Bitsets and Binary

rgchris · May 28, 2018, 8:50pm

With the divergence of STRING! and BINARY! you have two similarly diverging needs of BITSET!

For STRING!—matching character sequences including higher unicode values:

dashes: charset ["-" "–" "—"]

For BINARY!—matching byte ranges:

upper: charset [128 - 255]

However, there are situations where it'd be desirable to mix usages, for example where UTF-8 sequences are delimited by certain byte sequences:

parse some-stream [2 upper some dashes]

Presumably some-stream would be BINARY! as there'd be no non-UTF-8 higher byte sequences in STRING!

hostilefork · June 3, 2018, 12:24am

I guess I had thought that whether you were parsing a BINARY! or an ANY-STRING! would provide the interpretation. But you are right that when parsing a BINARY! one might want the codepoint interpretation vs. the byte interpretation.

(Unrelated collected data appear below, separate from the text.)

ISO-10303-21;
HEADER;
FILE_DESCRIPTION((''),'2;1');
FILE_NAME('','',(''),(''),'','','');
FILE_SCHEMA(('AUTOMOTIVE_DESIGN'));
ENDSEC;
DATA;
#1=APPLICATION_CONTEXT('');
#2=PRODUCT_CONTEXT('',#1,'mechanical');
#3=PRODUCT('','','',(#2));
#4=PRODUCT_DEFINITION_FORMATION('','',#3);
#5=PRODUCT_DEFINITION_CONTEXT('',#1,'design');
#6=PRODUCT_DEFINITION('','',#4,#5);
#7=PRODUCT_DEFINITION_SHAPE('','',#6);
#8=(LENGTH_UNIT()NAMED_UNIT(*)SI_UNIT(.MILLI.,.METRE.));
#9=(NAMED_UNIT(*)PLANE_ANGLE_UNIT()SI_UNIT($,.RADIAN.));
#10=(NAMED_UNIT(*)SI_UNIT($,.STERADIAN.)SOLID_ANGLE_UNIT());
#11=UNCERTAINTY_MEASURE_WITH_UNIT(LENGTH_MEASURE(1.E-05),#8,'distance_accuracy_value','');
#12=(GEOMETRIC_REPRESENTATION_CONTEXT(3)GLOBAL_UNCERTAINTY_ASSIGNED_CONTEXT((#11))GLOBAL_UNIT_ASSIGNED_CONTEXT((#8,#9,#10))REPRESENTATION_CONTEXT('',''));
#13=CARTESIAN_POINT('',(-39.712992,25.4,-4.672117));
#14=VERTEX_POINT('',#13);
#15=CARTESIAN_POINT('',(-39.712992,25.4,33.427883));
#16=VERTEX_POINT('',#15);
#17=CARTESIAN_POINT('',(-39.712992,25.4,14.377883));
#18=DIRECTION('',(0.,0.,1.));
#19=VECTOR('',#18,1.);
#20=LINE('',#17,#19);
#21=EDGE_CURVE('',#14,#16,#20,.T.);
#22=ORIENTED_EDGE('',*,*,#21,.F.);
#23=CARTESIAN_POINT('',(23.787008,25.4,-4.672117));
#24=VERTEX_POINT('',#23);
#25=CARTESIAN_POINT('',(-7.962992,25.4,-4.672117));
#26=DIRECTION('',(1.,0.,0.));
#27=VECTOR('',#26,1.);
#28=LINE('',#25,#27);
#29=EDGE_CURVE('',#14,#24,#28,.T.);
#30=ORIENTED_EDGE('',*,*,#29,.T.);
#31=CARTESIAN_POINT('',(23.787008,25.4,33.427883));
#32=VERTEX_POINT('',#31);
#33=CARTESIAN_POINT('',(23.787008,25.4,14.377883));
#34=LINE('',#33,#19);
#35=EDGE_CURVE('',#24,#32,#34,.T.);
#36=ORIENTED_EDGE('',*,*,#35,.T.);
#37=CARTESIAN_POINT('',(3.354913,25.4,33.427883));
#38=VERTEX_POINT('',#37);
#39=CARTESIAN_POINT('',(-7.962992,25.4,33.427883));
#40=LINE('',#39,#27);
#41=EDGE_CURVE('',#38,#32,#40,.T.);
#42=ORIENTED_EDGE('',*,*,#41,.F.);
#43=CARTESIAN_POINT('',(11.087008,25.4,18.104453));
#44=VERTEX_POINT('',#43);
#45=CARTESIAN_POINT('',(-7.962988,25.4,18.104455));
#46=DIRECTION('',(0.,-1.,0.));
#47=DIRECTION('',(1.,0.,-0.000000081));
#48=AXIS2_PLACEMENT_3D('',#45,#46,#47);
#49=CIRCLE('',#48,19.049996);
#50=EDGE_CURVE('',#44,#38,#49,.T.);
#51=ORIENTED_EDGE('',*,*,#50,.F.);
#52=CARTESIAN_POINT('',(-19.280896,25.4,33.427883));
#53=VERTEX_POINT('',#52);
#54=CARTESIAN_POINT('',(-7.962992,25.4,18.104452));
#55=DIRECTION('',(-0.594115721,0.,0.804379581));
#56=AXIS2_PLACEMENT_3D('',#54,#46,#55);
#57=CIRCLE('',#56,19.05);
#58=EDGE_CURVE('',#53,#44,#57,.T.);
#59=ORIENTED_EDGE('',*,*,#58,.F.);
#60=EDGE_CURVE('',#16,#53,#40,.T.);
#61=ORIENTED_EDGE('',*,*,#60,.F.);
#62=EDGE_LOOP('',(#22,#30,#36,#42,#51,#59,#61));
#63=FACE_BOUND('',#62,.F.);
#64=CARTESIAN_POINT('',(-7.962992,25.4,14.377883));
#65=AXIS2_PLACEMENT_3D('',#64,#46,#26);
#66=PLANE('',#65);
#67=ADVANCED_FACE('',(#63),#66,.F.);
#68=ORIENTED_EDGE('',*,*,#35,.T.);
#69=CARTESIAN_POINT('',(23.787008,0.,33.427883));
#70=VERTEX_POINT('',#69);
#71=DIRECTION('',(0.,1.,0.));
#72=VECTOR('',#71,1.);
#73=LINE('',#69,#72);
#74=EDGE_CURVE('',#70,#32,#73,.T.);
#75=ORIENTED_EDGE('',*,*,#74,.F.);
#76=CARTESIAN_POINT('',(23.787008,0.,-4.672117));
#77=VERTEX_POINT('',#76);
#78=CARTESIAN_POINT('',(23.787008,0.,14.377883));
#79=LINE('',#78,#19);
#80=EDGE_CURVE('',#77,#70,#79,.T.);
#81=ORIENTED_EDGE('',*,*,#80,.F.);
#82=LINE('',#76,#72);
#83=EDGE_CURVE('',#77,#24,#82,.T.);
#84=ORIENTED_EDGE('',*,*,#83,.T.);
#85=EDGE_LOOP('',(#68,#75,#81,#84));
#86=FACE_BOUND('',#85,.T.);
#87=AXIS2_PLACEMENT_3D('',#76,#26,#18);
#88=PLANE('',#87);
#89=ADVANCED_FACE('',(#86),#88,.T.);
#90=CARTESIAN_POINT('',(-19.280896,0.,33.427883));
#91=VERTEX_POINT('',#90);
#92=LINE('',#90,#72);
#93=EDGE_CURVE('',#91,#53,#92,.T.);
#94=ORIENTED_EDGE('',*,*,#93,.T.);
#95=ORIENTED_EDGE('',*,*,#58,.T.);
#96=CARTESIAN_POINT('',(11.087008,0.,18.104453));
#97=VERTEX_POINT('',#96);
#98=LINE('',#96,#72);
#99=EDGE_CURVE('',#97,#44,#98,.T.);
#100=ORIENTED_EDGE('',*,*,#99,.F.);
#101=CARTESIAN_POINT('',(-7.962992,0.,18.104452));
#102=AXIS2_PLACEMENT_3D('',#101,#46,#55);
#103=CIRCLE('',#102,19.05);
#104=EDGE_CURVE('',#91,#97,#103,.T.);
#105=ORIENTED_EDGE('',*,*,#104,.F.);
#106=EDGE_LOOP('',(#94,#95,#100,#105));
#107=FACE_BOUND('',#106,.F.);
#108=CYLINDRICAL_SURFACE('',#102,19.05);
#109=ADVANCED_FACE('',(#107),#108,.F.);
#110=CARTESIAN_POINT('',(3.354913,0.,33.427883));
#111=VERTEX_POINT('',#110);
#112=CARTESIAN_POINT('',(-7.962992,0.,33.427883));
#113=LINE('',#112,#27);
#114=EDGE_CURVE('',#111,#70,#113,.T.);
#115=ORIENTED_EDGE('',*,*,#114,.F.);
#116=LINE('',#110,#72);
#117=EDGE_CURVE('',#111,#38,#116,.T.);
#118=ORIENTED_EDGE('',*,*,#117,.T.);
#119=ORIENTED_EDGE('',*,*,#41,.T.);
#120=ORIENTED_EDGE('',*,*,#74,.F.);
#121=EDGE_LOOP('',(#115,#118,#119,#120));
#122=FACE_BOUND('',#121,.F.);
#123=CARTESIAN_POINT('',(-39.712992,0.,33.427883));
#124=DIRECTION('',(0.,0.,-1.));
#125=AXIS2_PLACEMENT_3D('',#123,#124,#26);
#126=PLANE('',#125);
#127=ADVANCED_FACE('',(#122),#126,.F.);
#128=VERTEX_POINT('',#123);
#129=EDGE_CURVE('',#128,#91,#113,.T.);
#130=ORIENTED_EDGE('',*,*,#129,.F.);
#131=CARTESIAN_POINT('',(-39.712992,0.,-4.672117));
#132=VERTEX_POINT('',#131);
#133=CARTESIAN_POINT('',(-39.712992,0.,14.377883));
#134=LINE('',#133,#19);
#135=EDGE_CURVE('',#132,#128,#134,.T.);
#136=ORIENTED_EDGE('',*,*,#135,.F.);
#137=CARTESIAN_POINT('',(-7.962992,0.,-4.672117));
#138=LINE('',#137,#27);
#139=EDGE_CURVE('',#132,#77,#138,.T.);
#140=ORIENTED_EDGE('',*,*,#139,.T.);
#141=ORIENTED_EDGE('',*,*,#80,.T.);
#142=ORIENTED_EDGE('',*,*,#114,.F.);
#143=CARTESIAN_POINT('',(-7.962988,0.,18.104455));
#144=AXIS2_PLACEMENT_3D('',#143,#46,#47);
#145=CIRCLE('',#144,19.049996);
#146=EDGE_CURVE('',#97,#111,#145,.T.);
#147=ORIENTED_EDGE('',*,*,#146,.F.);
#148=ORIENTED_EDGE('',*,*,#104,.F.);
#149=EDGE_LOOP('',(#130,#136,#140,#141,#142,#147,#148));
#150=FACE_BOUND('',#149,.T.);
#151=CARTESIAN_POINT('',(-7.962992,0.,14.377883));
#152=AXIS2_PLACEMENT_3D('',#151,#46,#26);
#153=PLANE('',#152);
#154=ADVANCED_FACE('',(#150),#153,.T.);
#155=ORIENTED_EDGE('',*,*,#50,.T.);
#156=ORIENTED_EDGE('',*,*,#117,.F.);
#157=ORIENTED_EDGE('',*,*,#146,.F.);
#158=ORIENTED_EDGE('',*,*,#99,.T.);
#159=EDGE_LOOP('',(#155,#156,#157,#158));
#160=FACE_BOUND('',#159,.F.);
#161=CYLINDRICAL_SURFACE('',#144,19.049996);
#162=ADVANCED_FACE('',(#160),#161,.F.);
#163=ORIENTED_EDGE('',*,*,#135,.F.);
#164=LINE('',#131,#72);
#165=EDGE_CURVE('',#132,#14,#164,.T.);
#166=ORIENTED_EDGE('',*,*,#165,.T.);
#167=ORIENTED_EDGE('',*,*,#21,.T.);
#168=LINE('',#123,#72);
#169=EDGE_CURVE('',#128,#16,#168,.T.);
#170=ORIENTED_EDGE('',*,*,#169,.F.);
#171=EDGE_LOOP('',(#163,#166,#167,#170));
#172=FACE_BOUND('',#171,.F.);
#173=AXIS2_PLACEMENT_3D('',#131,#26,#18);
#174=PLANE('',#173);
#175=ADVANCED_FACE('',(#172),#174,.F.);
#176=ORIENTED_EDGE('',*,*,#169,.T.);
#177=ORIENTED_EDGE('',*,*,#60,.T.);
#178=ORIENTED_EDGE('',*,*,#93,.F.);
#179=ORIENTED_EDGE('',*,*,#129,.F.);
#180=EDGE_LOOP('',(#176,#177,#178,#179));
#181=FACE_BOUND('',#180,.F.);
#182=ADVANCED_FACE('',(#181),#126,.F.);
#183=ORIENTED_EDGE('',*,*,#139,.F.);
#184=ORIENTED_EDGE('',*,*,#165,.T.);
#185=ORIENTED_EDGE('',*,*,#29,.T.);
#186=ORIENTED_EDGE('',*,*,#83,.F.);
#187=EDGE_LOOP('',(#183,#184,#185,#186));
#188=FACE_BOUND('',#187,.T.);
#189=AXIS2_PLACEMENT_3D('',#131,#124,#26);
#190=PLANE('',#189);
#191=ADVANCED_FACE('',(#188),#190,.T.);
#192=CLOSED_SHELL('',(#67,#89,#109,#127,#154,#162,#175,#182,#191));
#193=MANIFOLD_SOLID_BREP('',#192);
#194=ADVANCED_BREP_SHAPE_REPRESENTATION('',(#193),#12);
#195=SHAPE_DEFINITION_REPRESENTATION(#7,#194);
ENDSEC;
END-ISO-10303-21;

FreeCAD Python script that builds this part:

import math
import FreeCAD as App
import Part
import Sketcher
Q = App.Units.Quantity


def add_polygon(sketch, points):
    """Adds a closed chain of lines whose ends are joined by coincident constraints."""
    first, n = sketch.GeometryCount, len(points)
    for a, b in zip(points, points[1:] + points[:1]):
        sketch.addGeometry(Part.LineSegment(App.Vector(*a, 0), App.Vector(*b, 0)), False)
    for i in range(n):
        sketch.addConstraint(Sketcher.Constraint("Coincident", first + i, 2, first + (i + 1) % n, 1))

doc = App.newDocument("Part")
params = doc.addObject("Spreadsheet::Sheet", "Params")
for row, (alias, value) in enumerate([
    ("sketch1_width", "2.5 in"),
    ("sketch1_height", "1.5 in"),
    ("pad1_length", "1 in"),
    ("sketch2_radius", "0.75 in"),
    ("sketch2_radius2", "0.7499998 in"),
    ("pocket1_length", "1 in"),
], start=1):
    params.set(f"A{row}", alias)
    params.set(f"B{row}", "=" + value)
    params.setAlias(f"B{row}", alias)

body = doc.addObject("PartDesign::Body", "Body")

# Sketch on XZ plane
sketch1 = doc.addObject("Sketcher::SketchObject", "Sketch")
body.addObject(sketch1)
sketch1.AttachmentSupport = (doc.XZ_Plane, [""])
sketch1.MapMode = "FlatFace"
add_polygon(sketch1, [(-40, 33), (-40, -5), (24, -5), (24, 33)])  # lines 0-3
sketch1.addConstraint([
    Sketcher.Constraint("Vertical", 0),
    Sketcher.Constraint("Horizontal", 1),
    Sketcher.Constraint("Vertical", 2),
    Sketcher.Constraint("Horizontal", 3),
    Sketcher.Constraint("DistanceX", 1, 1, 1, 2, Q("2.5 in")),
    Sketcher.Constraint("DistanceY", 0, 2, 0, 1, Q("1.5 in")),
    Sketcher.Constraint("DistanceX", -1, 1, 1, 2, 23.787008),
    Sketcher.Constraint("DistanceY", 0, 2, -1, 1, 4.672117),
])
sketch1.setExpression("Constraints[8]", "Params.sketch1_width")
sketch1.setExpression("Constraints[9]", "Params.sketch1_height")
pad1 = doc.addObject("PartDesign::Pad", "Pad")
body.addObject(pad1)
pad1.Profile = sketch1
pad1.setExpression("Length", "Params.pad1_length")
pad1.Reversed = True

# Sketch on XZ plane
sketch2 = doc.addObject("Sketcher::SketchObject", "Sketch001")
body.addObject(sketch2)
sketch2.AttachmentSupport = (doc.XZ_Plane, [""])
sketch2.MapMode = "FlatFace"
sketch2.addGeometry([
    Part.ArcOfCircle(Part.Circle(App.Vector(-8, 18, 0), App.Vector(0, 0, 1), 19), math.radians(126), math.radians(360)),
    Part.ArcOfCircle(Part.Circle(App.Vector(-8, 18, 0), App.Vector(0, 0, 1), 19), math.radians(0), math.radians(54)),
    Part.LineSegment(App.Vector(3, 33, 0), App.Vector(-19, 33, 0)),
], False)
sketch2.addConstraint([
    Sketcher.Constraint("Tangent", 0, 2, 1, 1),
    Sketcher.Constraint("Coincident", 1, 2, 2, 1),
    Sketcher.Constraint("Coincident", 2, 2, 0, 1),
    Sketcher.Constraint("Horizontal", 2),
    Sketcher.Constraint("Horizontal", 1, 3, 0, 2),
    Sketcher.Constraint("Radius", 0, Q("0.75 in")),
    Sketcher.Constraint("Radius", 1, Q("0.7499998 in")),
    Sketcher.Constraint("DistanceX", 2, 2, 2, 1, 22.635809),
    Sketcher.Constraint("DistanceX", 0, 3, -1, 1, 7.962992),
    Sketcher.Constraint("DistanceY", -1, 1, 0, 3, 18.104452),
])
sketch2.setExpression("Constraints[5]", "Params.sketch2_radius")
sketch2.setExpression("Constraints[6]", "Params.sketch2_radius2")
pocket1 = doc.addObject("PartDesign::Pocket", "Pocket")
body.addObject(pocket1)
pocket1.Profile = sketch2
pocket1.setExpression("Length", "Params.pocket1_length")

doc.recompute()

There's really only two avenues of solution: a PARSE keyword to distinguish the usage, or a datatype distinction (byteset!)? I have a vague feeling this is an esoteric problem for which PARSE's oddity should be paying the tax, and it should be a PARSE keyword...maybe even something strange like being able to go INTO a BINARY! from a string parse or vice versa, switching the interpretation mode?